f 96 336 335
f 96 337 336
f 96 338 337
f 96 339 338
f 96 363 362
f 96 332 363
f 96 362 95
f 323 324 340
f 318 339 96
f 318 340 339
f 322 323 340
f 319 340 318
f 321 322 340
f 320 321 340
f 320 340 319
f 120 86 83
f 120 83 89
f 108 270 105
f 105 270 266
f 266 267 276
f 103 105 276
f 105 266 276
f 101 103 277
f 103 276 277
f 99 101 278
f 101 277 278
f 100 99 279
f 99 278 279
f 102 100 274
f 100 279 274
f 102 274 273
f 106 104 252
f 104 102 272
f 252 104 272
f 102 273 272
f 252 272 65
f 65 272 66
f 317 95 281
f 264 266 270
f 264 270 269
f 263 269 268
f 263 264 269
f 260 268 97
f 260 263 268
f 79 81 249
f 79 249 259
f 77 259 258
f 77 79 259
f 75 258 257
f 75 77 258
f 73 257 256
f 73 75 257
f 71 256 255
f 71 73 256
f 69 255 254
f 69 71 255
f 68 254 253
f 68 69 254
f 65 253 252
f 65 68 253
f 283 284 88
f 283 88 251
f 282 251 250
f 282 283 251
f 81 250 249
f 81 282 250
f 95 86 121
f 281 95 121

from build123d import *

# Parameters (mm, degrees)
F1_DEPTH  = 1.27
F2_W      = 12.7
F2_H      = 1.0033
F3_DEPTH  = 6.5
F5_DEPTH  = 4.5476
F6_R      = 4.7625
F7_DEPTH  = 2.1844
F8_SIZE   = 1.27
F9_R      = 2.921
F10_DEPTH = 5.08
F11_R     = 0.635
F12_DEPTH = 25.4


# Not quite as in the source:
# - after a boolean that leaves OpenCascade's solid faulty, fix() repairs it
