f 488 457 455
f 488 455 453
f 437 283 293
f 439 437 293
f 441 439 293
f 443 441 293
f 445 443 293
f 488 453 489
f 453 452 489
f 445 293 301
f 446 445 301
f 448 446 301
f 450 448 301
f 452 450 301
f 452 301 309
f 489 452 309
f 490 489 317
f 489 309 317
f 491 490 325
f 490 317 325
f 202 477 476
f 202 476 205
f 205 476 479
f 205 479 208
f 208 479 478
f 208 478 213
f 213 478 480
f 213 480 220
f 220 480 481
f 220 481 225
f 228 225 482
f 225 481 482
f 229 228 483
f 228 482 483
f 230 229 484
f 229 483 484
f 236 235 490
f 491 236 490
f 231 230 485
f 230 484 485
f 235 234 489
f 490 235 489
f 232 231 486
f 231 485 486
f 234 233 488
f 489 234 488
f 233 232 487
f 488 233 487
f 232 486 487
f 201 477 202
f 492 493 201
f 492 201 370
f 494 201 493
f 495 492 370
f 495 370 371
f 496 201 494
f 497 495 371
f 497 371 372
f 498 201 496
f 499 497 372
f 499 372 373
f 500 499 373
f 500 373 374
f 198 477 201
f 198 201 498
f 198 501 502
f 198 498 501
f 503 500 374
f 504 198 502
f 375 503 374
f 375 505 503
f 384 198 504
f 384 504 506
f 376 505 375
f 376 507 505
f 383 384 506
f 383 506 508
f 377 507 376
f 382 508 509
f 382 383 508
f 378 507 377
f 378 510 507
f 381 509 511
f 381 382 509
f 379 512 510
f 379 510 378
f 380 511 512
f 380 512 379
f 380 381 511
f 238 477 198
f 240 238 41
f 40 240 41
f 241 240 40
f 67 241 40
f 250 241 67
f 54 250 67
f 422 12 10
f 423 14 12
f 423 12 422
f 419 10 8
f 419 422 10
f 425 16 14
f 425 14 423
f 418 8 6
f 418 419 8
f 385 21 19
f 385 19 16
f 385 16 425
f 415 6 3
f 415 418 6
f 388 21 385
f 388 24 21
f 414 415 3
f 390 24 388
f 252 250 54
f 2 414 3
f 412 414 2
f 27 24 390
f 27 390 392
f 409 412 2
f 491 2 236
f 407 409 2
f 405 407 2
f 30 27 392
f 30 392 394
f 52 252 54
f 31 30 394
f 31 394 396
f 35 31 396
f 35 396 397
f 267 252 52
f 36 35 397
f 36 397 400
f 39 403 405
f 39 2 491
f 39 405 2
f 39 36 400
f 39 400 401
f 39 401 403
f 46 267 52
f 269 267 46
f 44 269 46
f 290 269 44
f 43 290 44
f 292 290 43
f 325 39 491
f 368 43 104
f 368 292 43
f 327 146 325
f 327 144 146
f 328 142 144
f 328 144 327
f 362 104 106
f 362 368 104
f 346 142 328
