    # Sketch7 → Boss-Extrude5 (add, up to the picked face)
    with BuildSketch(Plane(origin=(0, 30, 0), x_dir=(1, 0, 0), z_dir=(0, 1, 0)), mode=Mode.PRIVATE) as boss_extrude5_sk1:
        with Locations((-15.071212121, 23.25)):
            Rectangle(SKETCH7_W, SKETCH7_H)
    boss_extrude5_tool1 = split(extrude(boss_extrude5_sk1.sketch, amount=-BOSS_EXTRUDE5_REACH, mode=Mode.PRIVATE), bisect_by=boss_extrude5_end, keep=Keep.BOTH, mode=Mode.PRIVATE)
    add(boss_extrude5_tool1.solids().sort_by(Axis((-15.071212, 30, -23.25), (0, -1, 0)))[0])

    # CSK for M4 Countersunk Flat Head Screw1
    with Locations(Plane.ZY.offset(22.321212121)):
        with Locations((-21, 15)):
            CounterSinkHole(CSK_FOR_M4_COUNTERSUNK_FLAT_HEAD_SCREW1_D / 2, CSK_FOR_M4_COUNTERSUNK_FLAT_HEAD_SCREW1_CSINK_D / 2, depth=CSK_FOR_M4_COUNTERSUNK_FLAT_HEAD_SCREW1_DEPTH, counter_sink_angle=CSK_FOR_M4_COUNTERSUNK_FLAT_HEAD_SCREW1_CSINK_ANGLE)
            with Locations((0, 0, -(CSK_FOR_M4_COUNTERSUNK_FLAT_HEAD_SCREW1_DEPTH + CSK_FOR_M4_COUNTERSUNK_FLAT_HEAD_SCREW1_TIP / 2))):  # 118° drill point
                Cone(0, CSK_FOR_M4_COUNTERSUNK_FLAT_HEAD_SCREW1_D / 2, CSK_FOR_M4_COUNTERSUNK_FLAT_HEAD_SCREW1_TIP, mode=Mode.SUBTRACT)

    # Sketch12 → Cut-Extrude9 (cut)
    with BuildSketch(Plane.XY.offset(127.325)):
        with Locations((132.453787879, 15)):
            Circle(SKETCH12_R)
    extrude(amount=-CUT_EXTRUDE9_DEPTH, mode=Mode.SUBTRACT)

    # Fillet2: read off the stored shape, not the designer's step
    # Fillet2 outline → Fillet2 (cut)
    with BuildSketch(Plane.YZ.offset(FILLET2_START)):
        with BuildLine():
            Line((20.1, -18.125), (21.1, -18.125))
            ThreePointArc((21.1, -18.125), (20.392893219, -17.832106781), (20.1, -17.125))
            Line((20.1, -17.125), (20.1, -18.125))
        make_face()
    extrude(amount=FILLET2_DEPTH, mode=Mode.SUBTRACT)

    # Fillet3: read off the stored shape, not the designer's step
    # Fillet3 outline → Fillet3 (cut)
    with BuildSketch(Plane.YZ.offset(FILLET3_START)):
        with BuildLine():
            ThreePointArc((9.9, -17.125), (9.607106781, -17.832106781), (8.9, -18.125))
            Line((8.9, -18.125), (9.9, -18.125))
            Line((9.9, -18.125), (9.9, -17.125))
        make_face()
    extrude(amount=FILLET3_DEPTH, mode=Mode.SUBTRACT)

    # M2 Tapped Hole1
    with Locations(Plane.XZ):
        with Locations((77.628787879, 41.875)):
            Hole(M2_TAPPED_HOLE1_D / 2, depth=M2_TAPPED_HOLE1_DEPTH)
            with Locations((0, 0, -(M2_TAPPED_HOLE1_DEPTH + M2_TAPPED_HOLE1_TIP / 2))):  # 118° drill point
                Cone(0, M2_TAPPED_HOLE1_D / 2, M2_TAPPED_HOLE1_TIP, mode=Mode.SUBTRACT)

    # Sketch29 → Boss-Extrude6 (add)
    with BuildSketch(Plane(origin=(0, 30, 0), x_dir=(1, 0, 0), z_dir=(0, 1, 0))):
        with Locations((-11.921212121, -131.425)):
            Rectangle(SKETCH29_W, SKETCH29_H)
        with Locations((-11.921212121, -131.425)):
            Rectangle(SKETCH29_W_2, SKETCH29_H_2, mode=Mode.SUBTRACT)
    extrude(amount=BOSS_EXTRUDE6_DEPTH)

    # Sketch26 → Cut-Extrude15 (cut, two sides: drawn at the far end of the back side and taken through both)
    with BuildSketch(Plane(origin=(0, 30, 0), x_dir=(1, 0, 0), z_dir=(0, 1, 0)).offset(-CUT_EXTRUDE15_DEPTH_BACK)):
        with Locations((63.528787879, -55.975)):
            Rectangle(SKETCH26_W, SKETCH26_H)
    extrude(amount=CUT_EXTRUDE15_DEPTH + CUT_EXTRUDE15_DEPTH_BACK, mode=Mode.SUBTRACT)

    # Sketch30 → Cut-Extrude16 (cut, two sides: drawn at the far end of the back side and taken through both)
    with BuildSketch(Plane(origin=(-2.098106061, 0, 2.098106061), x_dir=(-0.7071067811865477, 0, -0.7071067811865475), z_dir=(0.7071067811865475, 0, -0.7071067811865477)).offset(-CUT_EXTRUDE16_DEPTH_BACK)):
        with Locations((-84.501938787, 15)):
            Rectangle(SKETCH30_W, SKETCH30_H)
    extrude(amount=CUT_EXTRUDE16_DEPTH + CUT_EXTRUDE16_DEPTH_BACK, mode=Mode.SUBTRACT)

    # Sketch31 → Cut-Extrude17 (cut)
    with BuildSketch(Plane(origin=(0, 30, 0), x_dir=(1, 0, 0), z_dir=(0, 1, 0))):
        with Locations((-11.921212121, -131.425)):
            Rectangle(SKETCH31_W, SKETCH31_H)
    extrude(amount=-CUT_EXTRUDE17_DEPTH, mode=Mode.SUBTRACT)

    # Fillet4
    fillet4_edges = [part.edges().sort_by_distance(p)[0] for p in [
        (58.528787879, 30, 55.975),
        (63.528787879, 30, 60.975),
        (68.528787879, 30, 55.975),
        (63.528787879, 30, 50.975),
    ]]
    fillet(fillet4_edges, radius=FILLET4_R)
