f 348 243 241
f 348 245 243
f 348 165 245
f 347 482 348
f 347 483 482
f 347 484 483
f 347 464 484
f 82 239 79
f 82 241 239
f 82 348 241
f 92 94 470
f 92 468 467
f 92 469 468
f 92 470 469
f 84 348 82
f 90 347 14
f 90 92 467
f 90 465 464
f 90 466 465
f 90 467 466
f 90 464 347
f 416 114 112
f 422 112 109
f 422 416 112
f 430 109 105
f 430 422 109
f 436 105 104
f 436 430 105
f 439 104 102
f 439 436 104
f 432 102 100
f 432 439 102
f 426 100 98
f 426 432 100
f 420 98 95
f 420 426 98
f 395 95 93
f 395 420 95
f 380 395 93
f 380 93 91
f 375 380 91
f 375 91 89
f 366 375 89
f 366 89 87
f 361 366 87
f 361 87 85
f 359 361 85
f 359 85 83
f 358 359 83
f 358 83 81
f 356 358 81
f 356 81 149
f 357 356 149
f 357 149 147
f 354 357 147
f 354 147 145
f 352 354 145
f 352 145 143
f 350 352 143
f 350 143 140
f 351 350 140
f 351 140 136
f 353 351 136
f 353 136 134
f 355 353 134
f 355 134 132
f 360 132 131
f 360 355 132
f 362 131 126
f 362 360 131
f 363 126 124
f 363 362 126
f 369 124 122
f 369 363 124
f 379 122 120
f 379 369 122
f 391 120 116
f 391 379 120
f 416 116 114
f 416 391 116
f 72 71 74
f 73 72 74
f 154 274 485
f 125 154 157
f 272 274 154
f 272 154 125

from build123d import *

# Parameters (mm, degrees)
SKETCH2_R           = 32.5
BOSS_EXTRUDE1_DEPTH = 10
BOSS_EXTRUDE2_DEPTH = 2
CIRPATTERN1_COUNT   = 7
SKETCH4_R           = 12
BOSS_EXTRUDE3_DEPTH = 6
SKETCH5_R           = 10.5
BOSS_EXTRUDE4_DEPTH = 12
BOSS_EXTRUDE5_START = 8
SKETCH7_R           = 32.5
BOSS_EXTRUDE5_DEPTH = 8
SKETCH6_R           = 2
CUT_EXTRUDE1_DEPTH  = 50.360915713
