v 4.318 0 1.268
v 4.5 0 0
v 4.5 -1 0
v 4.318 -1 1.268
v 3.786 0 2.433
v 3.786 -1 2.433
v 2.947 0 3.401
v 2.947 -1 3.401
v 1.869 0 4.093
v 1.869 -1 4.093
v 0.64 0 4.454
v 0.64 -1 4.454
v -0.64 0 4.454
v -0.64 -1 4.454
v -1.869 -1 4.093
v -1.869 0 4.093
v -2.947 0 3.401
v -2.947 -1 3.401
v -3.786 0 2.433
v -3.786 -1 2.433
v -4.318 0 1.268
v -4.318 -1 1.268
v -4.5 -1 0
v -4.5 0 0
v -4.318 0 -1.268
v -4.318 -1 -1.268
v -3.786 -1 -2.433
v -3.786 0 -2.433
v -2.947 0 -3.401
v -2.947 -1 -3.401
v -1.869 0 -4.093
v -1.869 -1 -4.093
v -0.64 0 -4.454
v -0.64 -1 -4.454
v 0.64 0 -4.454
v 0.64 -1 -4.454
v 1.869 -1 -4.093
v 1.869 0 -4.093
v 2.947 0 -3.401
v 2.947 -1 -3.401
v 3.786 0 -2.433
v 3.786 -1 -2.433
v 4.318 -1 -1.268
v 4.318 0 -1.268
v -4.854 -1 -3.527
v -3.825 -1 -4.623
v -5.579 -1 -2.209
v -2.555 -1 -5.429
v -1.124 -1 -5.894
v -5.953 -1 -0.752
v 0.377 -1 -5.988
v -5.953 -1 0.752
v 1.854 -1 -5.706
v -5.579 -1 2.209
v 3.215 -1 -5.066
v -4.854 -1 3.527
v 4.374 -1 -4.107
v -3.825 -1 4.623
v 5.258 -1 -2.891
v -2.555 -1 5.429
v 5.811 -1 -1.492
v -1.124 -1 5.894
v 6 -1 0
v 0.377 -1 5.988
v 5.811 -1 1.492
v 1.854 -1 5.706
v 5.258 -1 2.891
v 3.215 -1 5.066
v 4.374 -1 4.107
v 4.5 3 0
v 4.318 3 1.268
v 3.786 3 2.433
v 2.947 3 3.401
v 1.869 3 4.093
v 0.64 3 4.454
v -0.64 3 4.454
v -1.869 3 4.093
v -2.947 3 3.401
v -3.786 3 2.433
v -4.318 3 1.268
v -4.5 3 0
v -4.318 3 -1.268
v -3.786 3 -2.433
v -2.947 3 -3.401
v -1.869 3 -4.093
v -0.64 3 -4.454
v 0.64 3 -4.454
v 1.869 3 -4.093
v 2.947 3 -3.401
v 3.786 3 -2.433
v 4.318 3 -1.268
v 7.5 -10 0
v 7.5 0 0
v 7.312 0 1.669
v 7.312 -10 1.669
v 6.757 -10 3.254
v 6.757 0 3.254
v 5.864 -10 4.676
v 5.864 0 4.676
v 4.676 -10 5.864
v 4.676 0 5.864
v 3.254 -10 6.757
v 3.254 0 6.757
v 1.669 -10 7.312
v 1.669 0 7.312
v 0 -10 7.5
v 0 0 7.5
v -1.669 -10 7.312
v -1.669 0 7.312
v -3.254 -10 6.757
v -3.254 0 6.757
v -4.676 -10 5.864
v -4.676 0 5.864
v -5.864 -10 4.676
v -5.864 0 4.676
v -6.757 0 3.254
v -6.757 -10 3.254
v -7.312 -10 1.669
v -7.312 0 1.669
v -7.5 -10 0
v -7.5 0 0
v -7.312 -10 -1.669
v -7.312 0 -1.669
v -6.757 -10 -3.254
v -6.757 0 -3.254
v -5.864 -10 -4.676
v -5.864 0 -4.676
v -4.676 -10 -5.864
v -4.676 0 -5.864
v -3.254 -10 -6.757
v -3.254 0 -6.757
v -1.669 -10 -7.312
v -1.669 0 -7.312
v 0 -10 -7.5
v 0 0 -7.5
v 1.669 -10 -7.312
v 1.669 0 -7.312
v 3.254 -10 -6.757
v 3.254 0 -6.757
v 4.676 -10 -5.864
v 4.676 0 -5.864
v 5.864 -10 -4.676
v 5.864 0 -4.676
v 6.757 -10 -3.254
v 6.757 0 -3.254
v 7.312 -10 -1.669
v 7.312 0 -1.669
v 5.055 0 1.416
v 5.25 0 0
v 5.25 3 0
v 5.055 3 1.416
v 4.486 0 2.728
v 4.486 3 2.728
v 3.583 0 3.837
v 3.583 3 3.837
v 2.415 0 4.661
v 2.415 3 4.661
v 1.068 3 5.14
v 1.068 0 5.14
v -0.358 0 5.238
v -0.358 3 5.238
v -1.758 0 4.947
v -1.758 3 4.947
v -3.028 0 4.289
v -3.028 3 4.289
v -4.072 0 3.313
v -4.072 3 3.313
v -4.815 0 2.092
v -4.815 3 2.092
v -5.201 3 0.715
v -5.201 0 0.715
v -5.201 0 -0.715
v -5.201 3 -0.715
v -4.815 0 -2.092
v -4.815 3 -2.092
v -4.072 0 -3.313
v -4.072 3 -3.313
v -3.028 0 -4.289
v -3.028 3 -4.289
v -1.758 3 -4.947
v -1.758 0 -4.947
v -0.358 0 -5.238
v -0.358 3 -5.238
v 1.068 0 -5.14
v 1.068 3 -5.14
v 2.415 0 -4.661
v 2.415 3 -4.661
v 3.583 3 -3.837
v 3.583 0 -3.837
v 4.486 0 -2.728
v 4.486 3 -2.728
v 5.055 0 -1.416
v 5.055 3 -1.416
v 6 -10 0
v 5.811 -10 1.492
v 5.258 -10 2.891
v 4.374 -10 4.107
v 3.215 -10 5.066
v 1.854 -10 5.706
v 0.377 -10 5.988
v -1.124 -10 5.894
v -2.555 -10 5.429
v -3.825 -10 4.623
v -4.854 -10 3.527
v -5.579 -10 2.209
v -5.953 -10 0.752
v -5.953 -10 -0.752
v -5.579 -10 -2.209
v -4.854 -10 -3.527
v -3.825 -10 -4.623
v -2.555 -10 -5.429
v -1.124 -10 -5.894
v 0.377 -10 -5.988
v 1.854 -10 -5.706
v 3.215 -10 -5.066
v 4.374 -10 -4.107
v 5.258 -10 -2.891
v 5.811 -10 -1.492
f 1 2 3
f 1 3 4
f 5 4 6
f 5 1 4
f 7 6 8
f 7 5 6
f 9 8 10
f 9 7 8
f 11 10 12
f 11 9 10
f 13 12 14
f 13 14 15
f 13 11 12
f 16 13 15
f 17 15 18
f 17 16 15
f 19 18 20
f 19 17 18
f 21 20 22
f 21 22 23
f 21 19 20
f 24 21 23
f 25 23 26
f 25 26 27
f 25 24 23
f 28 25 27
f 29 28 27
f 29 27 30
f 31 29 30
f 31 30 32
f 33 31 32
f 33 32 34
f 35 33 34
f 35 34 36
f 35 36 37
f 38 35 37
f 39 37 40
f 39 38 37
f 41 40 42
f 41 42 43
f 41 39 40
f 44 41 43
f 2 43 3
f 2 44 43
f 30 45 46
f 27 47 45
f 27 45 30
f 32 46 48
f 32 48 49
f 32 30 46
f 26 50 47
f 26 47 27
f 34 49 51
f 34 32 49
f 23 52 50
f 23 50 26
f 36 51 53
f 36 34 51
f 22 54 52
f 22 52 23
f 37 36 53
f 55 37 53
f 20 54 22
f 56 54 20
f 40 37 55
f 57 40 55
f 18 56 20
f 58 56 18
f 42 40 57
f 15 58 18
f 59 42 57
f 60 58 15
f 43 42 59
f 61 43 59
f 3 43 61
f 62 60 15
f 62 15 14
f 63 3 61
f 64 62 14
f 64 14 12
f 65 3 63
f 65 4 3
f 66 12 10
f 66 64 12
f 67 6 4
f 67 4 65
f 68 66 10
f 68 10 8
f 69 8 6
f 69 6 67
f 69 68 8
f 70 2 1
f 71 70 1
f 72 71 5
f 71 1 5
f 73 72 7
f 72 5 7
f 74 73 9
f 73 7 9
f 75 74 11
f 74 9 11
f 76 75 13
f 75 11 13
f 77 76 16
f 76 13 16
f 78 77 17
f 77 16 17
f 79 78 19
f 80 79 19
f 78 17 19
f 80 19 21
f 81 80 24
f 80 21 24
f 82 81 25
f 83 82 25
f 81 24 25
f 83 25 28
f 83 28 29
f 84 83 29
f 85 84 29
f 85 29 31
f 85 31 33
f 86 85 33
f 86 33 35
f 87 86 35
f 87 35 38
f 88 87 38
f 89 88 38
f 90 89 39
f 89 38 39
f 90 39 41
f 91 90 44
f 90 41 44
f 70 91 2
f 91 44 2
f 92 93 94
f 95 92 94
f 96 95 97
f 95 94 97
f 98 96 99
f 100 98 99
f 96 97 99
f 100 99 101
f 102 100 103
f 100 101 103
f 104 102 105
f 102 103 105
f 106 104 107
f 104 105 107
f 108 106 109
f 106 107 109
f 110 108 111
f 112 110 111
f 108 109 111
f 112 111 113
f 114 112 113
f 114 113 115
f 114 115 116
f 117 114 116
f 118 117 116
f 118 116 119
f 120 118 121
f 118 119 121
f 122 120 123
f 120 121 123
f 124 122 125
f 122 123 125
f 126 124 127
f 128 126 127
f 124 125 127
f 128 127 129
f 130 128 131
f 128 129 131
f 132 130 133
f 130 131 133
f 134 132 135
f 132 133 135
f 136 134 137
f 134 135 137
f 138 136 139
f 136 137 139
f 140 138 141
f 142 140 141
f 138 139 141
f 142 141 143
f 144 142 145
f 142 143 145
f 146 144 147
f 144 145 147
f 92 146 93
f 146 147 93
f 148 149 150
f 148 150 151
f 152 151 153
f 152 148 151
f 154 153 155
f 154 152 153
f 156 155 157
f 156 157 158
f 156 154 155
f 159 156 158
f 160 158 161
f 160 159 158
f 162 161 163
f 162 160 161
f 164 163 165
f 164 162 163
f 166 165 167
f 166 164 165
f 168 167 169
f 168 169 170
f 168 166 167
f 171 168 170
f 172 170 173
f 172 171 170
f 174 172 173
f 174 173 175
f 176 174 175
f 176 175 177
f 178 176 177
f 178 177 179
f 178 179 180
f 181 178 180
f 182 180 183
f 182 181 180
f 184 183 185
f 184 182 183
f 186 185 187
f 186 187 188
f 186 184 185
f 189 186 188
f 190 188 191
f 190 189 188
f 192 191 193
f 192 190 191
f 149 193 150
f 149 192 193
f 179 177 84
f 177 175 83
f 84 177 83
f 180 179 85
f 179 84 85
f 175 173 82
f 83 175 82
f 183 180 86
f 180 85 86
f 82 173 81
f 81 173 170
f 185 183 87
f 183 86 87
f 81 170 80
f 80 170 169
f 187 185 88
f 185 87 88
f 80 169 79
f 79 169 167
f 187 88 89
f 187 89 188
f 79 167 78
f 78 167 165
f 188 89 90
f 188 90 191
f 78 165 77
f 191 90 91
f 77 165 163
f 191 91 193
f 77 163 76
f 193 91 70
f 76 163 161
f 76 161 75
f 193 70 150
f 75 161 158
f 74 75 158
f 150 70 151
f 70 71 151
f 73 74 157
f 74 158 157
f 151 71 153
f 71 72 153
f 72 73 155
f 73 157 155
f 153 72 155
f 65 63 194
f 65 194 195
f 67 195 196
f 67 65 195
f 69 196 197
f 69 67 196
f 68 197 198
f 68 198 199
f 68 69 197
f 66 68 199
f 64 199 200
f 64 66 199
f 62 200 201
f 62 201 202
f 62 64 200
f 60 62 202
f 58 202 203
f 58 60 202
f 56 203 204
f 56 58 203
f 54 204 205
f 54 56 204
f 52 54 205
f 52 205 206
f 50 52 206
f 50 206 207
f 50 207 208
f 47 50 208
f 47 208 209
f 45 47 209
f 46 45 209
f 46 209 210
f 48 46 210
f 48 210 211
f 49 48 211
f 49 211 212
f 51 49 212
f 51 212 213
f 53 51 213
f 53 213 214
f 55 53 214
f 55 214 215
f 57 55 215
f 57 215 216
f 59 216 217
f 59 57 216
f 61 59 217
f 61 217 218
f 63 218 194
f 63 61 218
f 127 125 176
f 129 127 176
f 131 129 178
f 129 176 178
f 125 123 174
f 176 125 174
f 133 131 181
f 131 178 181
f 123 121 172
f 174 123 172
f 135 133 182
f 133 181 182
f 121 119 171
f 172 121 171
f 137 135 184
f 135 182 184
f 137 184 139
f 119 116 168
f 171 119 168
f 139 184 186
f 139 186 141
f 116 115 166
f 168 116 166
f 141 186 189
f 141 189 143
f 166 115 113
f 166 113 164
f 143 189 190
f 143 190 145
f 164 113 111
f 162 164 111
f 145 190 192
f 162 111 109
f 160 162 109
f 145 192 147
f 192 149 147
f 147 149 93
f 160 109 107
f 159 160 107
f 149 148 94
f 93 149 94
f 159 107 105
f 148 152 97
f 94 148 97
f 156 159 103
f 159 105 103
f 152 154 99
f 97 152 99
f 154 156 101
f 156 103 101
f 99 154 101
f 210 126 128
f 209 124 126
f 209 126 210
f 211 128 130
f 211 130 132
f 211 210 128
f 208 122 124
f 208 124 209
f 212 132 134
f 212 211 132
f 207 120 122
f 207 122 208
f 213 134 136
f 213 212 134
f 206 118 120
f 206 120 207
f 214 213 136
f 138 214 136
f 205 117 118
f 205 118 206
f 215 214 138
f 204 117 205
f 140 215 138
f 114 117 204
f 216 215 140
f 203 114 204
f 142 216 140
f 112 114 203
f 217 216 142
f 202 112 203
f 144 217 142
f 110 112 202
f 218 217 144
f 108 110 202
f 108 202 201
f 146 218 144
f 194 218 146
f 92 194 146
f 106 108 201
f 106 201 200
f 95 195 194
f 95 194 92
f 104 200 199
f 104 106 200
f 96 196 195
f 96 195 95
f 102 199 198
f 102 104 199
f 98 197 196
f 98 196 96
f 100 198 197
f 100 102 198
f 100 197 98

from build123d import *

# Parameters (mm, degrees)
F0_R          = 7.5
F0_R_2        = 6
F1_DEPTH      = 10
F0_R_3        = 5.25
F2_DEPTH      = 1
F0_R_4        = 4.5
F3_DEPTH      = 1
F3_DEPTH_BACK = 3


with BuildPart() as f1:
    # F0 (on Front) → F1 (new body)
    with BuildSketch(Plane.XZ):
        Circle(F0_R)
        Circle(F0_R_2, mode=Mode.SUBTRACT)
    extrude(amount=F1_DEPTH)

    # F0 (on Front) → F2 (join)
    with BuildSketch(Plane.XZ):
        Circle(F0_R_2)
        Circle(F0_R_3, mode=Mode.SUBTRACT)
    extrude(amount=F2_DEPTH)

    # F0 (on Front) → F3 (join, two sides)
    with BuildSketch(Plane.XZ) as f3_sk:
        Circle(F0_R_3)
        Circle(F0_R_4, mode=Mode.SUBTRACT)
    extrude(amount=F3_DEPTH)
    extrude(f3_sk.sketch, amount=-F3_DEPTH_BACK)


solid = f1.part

* * * * *

### Exercise instructions
Working from the material above, restate word for word the lines between the line with "f 318 339 96" and the line with "f 65 253 252", both included, and only those.

### Answer below
f 318 339 96
f 318 340 339
f 322 323 340
f 319 340 318
f 321 322 340
f 320 321 340
f 320 340 319
f 120 86 83
f 120 83 89
f 108 270 105
f 105 270 266
f 266 267 276
f 103 105 276
f 105 266 276
f 101 103 277
f 103 276 277
f 99 101 278
f 101 277 278
f 100 99 279
f 99 278 279
f 102 100 274
f 100 279 274
f 102 274 273
f 106 104 252
f 104 102 272
f 252 104 272
f 102 273 272
f 252 272 65
f 65 272 66
f 317 95 281
f 264 266 270
f 264 270 269
f 263 269 268
f 263 264 269
f 260 268 97
f 260 263 268
f 79 81 249
f 79 249 259
f 77 259 258
f 77 79 259
f 75 258 257
f 75 77 258
f 73 257 256
f 73 75 257
f 71 256 255
f 71 73 256
f 69 255 254
f 69 71 255
f 68 254 253
f 68 69 254
f 65 253 252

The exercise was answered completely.